ABSTRACT
Bcl-xL is a major inhibitor of apoptosis, a fundamental homeostatic process of programmed cell death that is highly conserved across evolution. Because it plays prominent roles in cancer, Bcl-xL is a major target for anti-cancer therapy and for studies aimed at understanding its structure and activity. While Bcl-xL is active primarily at intracellular membranes, most studies have focused on soluble forms of the protein lacking both the membrane-anchoring C-terminal tail and the intrinsically disordered loop, and this has resulted in a fragmented view of the protein’s biological activity. Here we describe how these segments affect the protein’s conformation and ligand binding activity in both its soluble and membrane-anchored states. The combined data from nuclear magnetic resonance (NMR) spectroscopy, molecular dynamics (MD) simulations, and isothermal titration calorimetry (ITC) provide information about the molecular basis for the protein’s functionality and a view of its complex molecular mechanisms.

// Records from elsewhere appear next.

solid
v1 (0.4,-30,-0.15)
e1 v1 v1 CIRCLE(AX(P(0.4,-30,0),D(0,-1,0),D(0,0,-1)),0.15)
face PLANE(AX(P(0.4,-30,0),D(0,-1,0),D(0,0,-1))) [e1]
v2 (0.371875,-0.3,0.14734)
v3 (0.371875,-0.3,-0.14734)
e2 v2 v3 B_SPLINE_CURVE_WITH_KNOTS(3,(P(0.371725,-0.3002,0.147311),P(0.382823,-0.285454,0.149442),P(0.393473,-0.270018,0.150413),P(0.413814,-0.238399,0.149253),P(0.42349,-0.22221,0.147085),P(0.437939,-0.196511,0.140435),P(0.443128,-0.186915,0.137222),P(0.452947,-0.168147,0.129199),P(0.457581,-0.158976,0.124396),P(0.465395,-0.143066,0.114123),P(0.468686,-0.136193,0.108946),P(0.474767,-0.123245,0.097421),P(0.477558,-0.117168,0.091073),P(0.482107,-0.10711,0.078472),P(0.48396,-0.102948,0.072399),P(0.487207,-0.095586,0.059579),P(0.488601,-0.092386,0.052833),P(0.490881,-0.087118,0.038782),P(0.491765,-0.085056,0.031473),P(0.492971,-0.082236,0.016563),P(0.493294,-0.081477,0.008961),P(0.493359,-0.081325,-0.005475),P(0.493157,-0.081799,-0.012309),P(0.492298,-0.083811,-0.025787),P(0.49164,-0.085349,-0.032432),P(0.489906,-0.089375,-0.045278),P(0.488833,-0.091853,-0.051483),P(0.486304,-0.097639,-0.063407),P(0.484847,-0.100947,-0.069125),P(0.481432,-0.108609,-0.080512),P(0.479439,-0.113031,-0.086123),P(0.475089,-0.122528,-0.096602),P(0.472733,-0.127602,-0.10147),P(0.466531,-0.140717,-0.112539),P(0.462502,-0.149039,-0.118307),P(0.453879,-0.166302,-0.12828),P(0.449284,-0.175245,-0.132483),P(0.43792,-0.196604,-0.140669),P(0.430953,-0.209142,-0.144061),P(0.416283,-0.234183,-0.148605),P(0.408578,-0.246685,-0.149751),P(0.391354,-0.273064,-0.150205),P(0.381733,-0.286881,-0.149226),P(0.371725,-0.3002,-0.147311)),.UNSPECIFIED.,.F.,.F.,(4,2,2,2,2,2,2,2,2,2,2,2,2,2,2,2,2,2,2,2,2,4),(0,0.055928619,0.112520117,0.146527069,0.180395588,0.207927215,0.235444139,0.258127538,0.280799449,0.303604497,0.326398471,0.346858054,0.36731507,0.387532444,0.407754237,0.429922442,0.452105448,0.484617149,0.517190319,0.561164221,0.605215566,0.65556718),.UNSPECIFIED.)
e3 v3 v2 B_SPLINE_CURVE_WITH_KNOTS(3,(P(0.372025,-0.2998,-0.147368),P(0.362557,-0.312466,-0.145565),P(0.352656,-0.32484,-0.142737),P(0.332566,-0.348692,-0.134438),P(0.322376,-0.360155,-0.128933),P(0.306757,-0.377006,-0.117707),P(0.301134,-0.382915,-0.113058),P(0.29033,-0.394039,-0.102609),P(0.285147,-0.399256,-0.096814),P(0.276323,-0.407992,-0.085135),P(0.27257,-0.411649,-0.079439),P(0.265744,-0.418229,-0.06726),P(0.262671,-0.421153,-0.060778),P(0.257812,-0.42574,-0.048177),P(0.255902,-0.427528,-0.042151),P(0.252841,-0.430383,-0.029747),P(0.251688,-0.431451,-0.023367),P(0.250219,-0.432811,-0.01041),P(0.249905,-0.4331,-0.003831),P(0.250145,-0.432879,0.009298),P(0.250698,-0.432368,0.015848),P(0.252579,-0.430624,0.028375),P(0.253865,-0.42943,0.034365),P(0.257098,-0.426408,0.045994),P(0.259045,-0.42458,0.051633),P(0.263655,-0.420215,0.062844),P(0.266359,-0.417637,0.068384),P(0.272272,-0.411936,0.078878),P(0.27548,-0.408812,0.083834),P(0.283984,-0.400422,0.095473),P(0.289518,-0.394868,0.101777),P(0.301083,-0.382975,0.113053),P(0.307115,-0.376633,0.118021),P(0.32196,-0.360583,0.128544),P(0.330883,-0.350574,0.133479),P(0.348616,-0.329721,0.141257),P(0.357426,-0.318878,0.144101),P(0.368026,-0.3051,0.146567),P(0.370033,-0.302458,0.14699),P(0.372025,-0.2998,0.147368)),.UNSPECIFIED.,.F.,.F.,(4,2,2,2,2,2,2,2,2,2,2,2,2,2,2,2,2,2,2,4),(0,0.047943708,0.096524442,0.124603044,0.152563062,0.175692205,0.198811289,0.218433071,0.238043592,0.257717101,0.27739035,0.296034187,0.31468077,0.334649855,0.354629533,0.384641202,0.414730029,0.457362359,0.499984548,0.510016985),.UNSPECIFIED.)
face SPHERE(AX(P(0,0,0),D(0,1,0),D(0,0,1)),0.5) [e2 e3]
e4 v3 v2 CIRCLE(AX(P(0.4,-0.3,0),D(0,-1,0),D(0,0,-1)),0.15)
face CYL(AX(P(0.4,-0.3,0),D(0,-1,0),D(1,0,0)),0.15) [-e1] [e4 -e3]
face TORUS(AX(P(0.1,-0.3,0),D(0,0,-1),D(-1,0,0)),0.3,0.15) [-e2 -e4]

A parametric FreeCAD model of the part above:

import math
import FreeCAD as App
import Part
import Sketcher

doc = App.newDocument("Part")
body = doc.addObject("PartDesign::Body", "Body")

sketch1 = body.newObject("Sketcher::SketchObject", "Sketch")
sketch1.AttachmentSupport = (doc.getObject("YZ_Plane"), [""])
sketch1.MapMode = "FlatFace"
sketch1.addGeometry(Part.Circle(App.Vector(0, 0, 0), App.Vector(0, 0, 1), 0.15), False)
sketch1.addConstraint(Sketcher.Constraint("Coincident", 0, 3, -1, 1))
sketch1.addConstraint(Sketcher.Constraint("Diameter", 0, 0.3))

sketch2 = body.newObject("Sketcher::SketchObject", "Sketch001")
sketch2.AttachmentSupport = (doc.getObject("XY_Plane"), [""])
sketch2.MapMode = "FlatFace"
sketch2.addGeometry(Part.LineSegment(App.Vector(0, 0, 0), App.Vector(0.1, 0, 0)), False)
sketch2.addGeometry(Part.ArcOfCircle(Part.Circle(App.Vector(0.1, -0.3, 0), App.Vector(0, 0, 1), 0.3), math.radians(0), math.radians(90)), False)
sketch2.addGeometry(Part.LineSegment(App.Vector(0.4, -0.3, 0), App.Vector(0.4, -30, 0)), False)
sketch2.addConstraint(Sketcher.Constraint("Tangent", 0, 2, 1, 2))
sketch2.addConstraint(Sketcher.Constraint("Tangent", 1, 1, 2, 1))
sketch2.addConstraint(Sketcher.Constraint("Horizontal", 0))
sketch2.addConstraint(Sketcher.Constraint("Vertical", 2))
sketch2.addConstraint(Sketcher.Constraint("Coincident", 0, 1, -1, 1))
sketch2.addConstraint(Sketcher.Constraint("Radius", 1, 0.3))
sketch2.addConstraint(Sketcher.Constraint("DistanceX", 0, 1, 0, 2, 0.1))
sketch2.addConstraint(Sketcher.Constraint("DistanceY", 2, 2, 2, 1, 29.7))
doc.recompute()

additivepipe = body.newObject("PartDesign::AdditivePipe", "AdditivePipe")
additivepipe.Profile = sketch1
additivepipe.Spine = (sketch2, ["Edge1", "Edge2", "Edge3"])

sketch3 = body.newObject("Sketcher::SketchObject", "Sketch002")
sketch3.AttachmentSupport = (doc.getObject("YZ_Plane"), [""])
sketch3.MapMode = "FlatFace"
sketch3.addGeometry(Part.LineSegment(App.Vector(-0.5, 0, 0), App.Vector(0.5, 0, 0)), False)
sketch3.addGeometry(Part.ArcOfCircle(Part.Circle(App.Vector(0, 0, 0), App.Vector(0, 0, 1), 0.5), math.radians(180), math.radians(360)), False)
sketch3.addConstraint(Sketcher.Constraint("Coincident", 0, 1, 1, 1))
sketch3.addConstraint(Sketcher.Constraint("Coincident", 1, 2, 0, 2))
sketch3.addConstraint(Sketcher.Constraint("Horizontal", 0))
sketch3.addConstraint(Sketcher.Constraint("Coincident", 1, 3, -1, 1))
sketch3.addConstraint(Sketcher.Constraint("PointOnObject", 0, 1, -1))
sketch3.addConstraint(Sketcher.Constraint("Radius", 1, 0.5))
revolution = body.newObject("PartDesign::Revolution", "Revolution")
revolution.Profile = sketch3
revolution.ReferenceAxis = (sketch3, ["H_Axis"])
revolution.Angle = 360

doc.recompute()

SIGNIFICANCE The human protein Bcl-xL is a key regulator of programmed cell death in health and disease. Structural studies, important for understating the molecular basis for its functions, have advanced primarily by deleting both the long disordered loop that regulates its activity and the C-terminal tail that anchors the protein to intracellular membranes Here we describe the preparation and conformations of full-length Bcl-xL in both its water-soluble and membrane-anchored states. The study provides new biophysical insights about Bcl-xL and its greater Bcl-2 protein family.